The purpose of the trip was to compete in the Gran Fondo Northern Ireland, a 110-mile bike race – or meander, in my case – starting in Belfast and heading south over the Mourne mountains to the border with the Republic, and back again. I am aware of the absurdity of driving 1100 miles to cycle 10 per cent of that.

The Volvo’s boot wasn’t troubled by the presence of a 7kg racing bike – which it of course swallows whole – nor the associated tools and lycra. Instead the car proved its worth afterwards. The ride itself was fast, gloriously scenic, mostly dry and I surprised myself with a top-third finish. But celebratio­ns at the finish line were curtailed by torrential rain, high wind and plummeting temperatur­es.

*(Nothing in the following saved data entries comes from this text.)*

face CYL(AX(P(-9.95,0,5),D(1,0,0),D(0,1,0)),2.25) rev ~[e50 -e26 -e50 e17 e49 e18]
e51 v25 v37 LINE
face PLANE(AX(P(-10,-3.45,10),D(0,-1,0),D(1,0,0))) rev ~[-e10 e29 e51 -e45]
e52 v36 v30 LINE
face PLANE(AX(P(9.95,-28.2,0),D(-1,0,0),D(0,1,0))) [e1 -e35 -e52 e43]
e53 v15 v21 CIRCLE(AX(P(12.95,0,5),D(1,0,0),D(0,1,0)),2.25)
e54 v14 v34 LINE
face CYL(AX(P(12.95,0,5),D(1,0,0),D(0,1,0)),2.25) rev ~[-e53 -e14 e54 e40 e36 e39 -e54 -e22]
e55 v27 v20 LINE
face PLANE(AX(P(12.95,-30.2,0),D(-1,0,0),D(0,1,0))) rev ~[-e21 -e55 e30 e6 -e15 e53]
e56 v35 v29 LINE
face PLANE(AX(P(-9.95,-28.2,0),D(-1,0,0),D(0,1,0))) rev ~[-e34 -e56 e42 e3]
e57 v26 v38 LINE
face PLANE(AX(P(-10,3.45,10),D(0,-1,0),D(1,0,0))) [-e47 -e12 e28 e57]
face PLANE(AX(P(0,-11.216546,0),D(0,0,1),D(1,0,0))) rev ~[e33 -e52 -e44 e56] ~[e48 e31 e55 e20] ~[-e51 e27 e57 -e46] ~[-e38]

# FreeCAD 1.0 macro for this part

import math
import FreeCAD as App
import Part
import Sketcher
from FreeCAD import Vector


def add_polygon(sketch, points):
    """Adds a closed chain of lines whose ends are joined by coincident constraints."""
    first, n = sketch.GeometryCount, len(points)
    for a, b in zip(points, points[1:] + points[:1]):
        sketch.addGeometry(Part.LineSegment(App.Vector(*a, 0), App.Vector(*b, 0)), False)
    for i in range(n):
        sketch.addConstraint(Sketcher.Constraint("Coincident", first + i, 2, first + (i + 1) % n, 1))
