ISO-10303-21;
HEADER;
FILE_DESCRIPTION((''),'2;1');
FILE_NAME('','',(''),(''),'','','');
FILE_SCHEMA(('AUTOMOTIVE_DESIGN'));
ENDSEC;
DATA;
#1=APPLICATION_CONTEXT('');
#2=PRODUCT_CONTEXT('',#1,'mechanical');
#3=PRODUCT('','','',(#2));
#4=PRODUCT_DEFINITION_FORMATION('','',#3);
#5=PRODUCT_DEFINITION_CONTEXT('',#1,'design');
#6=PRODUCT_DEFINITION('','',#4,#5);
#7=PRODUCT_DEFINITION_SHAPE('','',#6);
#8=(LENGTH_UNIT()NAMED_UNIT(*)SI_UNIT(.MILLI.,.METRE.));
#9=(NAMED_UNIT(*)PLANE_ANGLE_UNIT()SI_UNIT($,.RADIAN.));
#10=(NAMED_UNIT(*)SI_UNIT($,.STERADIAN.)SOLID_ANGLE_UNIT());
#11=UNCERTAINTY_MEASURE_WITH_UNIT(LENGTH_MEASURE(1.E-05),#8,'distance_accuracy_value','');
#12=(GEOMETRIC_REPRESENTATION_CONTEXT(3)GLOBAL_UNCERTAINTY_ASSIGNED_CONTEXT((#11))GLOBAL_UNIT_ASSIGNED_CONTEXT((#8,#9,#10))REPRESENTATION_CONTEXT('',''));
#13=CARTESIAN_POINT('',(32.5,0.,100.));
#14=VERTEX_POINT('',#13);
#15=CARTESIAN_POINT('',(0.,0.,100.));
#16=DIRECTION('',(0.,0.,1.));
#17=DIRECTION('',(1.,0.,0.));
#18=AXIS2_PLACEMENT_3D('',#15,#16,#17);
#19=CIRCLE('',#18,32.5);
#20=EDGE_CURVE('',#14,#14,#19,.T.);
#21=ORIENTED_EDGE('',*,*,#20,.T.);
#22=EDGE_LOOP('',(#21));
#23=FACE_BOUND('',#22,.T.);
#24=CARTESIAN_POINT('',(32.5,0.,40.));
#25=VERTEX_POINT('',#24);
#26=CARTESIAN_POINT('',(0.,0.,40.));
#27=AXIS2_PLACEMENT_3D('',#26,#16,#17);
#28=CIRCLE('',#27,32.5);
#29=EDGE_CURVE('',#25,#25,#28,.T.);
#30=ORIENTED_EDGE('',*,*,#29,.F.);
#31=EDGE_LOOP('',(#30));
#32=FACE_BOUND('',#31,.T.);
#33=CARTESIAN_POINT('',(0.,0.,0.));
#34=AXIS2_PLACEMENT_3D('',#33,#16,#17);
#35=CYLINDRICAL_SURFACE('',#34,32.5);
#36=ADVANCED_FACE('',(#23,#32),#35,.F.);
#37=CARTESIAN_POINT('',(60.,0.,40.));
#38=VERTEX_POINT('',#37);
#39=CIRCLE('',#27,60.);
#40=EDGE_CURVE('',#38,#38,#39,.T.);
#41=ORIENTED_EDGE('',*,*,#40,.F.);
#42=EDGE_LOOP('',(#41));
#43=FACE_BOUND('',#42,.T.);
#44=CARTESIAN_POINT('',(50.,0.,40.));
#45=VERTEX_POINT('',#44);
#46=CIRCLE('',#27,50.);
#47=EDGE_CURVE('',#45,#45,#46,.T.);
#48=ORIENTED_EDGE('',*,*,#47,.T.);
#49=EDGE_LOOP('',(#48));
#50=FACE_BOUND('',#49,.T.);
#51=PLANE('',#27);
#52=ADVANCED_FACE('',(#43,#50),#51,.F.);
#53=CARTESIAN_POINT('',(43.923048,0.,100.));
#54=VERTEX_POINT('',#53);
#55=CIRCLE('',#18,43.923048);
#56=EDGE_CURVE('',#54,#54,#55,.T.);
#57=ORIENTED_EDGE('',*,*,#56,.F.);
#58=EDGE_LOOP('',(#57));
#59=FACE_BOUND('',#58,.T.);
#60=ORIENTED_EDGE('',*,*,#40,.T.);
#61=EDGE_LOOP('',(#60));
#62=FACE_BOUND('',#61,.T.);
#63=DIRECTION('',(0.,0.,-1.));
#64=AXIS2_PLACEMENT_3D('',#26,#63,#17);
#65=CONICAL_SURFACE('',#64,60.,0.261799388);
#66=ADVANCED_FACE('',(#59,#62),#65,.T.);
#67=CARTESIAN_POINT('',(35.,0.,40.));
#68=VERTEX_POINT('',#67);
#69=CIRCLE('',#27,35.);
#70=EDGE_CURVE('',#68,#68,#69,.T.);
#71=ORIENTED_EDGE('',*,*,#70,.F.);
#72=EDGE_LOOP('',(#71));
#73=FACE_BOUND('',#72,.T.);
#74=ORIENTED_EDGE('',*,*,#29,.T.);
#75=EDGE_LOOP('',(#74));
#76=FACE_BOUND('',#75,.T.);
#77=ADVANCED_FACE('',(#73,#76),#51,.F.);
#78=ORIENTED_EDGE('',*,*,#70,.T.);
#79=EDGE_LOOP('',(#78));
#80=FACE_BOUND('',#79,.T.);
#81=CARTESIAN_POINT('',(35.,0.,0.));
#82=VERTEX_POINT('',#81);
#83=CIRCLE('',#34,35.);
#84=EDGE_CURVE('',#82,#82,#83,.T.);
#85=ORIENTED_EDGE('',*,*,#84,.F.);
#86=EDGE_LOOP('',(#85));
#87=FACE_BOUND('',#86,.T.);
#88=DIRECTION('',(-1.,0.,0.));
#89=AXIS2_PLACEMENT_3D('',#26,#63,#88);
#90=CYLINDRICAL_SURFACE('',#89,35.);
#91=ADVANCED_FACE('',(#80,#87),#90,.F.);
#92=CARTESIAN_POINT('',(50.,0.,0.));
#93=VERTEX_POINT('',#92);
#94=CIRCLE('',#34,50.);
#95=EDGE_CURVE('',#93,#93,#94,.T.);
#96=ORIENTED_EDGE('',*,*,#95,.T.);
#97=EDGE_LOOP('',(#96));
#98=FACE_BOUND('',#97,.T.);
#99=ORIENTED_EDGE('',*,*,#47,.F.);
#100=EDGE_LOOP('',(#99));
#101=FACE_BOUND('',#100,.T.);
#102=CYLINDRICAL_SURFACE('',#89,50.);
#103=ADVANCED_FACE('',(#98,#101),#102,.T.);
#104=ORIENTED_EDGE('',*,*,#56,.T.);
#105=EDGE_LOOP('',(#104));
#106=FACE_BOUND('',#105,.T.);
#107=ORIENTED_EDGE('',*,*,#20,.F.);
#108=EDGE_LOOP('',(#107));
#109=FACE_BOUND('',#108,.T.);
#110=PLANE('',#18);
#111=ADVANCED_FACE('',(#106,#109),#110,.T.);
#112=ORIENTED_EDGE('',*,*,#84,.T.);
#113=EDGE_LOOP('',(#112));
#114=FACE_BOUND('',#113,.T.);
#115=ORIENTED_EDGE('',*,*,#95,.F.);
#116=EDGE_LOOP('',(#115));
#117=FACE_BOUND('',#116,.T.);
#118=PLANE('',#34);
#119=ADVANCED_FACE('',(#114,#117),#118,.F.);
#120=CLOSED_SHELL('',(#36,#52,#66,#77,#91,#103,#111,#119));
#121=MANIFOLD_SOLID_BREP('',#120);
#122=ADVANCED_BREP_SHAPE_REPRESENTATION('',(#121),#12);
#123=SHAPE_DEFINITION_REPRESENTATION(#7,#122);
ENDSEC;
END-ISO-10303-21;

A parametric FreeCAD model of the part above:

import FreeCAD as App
import Part
import Sketcher

V = App.Vector
Q = App.Units.Quantity

doc = App.newDocument("Part")
body = doc.addObject("PartDesign::Body", "Body")

sketch1 = doc.addObject("Sketcher::SketchObject", "Sketch")
body.addObject(sketch1)
sketch1.AttachmentSupport = (doc.XY_Plane, [""])
sketch1.MapMode = "FlatFace"
sketch1.addGeometry(Part.Circle(V(0, 0, 0), V(0, 0, 1), 50), False)
sketch1.addGeometry(Part.Circle(V(0, 0, 0), V(0, 0, 1), 35), False)
sketch1.addConstraint(Sketcher.Constraint("Coincident", 0, 3, -1, 1))
sketch1.addConstraint(Sketcher.Constraint("Coincident", 1, 3, -1, 1))
sketch1.addConstraint(Sketcher.Constraint("Diameter", 0, Q("100 mm")))
sketch1.addConstraint(Sketcher.Constraint("Diameter", 1, Q("70 mm")))
pad1 = doc.addObject("PartDesign::Pad", "Pad")
body.addObject(pad1)
pad1.Profile = sketch1
pad1.Length = 40

sketch2 = doc.addObject("Sketcher::SketchObject", "Sketch001")
body.addObject(sketch2)
sketch2.AttachmentSupport = (doc.XY_Plane, [""])
sketch2.MapMode = "FlatFace"
sketch2.AttachmentOffset = App.Placement(V(0, 0, 40), App.Rotation())
sketch2.addGeometry(Part.Circle(V(0, 0, 0), V(0, 0, 1), 60), False)
sketch2.addConstraint(Sketcher.Constraint("Coincident", 0, 3, -1, 1))
sketch2.addConstraint(Sketcher.Constraint("Diameter", 0, Q("120 mm")))
pad2 = doc.addObject("PartDesign::Pad", "Pad001")
body.addObject(pad2)
pad2.Profile = sketch2
pad2.Length = 60
pad2.TaperAngle = -15

sketch3 = doc.addObject("Sketcher::SketchObject", "Sketch002")
body.addObject(sketch3)
sketch3.AttachmentSupport = (doc.XY_Plane, [""])
sketch3.MapMode = "FlatFace"
sketch3.AttachmentOffset = App.Placement(V(0, 0, 100), App.Rotation())
sketch3.addGeometry(Part.Circle(V(0, 0, 0), V(0, 0, 1), 32), False)
sketch3.addConstraint(Sketcher.Constraint("Coincident", 0, 3, -1, 1))
sketch3.addConstraint(Sketcher.Constraint("Diameter", 0, Q("65 mm")))
pocket1 = doc.addObject("PartDesign::Pocket", "Pocket")
body.addObject(pocket1)
pocket1.Profile = sketch3
pocket1.Type = "ThroughAll"

doc.recompute()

My five-mile ride back to the hotel with tired and stone-cold muscles was probably the most miserable I’ve had. By the time I reached the car in the hotel car park my hands had ceased to function.

So I threw the bike in the back, sat in the front passenger seat and let the fierce seat heaters reanimate me while I consumed every calorie in the cabin. It’s a nice hotel but the Volvo was a better place to recover.

And more impressive­ly, despite driving home two days later, just when the aching is always at its worst, it delivered me feeling like I could do it all again.